====== WORKING DATA ======

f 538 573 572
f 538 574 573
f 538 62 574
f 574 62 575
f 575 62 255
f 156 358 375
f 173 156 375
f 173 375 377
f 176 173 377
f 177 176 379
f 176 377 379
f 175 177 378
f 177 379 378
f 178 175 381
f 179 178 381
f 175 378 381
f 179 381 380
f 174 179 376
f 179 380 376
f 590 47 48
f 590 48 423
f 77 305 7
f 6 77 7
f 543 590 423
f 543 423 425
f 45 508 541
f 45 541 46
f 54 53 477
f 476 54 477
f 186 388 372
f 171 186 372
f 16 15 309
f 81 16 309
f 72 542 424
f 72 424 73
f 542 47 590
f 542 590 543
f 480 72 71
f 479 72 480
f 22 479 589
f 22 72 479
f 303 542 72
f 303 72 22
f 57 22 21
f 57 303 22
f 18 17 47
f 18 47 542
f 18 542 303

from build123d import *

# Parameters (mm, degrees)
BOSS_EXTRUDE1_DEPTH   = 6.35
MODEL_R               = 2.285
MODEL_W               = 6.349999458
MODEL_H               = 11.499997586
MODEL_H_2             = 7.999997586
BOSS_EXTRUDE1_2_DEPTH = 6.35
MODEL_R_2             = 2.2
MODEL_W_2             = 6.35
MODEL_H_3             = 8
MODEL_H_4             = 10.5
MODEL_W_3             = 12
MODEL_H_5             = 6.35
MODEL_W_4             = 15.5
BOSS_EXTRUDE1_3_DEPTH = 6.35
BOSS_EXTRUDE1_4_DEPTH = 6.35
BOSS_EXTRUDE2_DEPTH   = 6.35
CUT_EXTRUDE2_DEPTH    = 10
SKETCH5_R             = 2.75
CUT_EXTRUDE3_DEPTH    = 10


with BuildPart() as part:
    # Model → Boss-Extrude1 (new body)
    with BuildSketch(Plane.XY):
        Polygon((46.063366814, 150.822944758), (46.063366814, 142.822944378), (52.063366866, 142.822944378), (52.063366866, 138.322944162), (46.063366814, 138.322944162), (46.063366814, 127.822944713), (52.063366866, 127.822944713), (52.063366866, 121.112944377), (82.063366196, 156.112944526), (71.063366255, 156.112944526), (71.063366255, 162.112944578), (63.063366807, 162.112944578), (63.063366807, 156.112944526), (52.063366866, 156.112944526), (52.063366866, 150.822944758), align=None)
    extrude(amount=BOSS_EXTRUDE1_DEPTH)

======

PROBLEM TO WORK ON
Return the complete material exactly as it appears.

SOLUTION BELOW
f 538 573 572
f 538 574 573
f 538 62 574
f 574 62 575
f 575 62 255
f 156 358 375
f 173 156 375
f 173 375 377
f 176 173 377
f 177 176 379
f 176 377 379
f 175 177 378
f 177 379 378
f 178 175 381
f 179 178 381
f 175 378 381
f 179 381 380
f 174 179 376
f 179 380 376
f 590 47 48
f 590 48 423
f 77 305 7
f 6 77 7
f 543 590 423
f 543 423 425
f 45 508 541
f 45 541 46
f 54 53 477
f 476 54 477
f 186 388 372
f 171 186 372
f 16 15 309
f 81 16 309
f 72 542 424
f 72 424 73
f 542 47 590
f 542 590 543
f 480 72 71
f 479 72 480
f 22 479 589
f 22 72 479
f 303 542 72
f 303 72 22
f 57 22 21
f 57 303 22
f 18 17 47
f 18 47 542
f 18 542 303

from build123d import *

# Parameters (mm, degrees)
BOSS_EXTRUDE1_DEPTH   = 6.35
MODEL_R               = 2.285
MODEL_W               = 6.349999458
MODEL_H               = 11.499997586
MODEL_H_2             = 7.999997586
BOSS_EXTRUDE1_2_DEPTH = 6.35
MODEL_R_2             = 2.2
MODEL_W_2             = 6.35
MODEL_H_3             = 8
MODEL_H_4             = 10.5
MODEL_W_3             = 12
MODEL_H_5             = 6.35
MODEL_W_4             = 15.5
BOSS_EXTRUDE1_3_DEPTH = 6.35
BOSS_EXTRUDE1_4_DEPTH = 6.35
BOSS_EXTRUDE2_DEPTH   = 6.35
CUT_EXTRUDE2_DEPTH    = 10
SKETCH5_R             = 2.75
CUT_EXTRUDE3_DEPTH    = 10


with BuildPart() as part:
    # Model → Boss-Extrude1 (new body)
    with BuildSketch(Plane.XY):
        Polygon((46.063366814, 150.822944758), (46.063366814, 142.822944378), (52.063366866, 142.822944378), (52.063366866, 138.322944162), (46.063366814, 138.322944162), (46.063366814, 127.822944713), (52.063366866, 127.822944713), (52.063366866, 121.112944377), (82.063366196, 156.112944526), (71.063366255, 156.112944526), (71.063366255, 162.112944578), (63.063366807, 162.112944578), (63.063366807, 156.112944526), (52.063366866, 156.112944526), (52.063366866, 150.822944758), align=None)
    extrude(amount=BOSS_EXTRUDE1_DEPTH)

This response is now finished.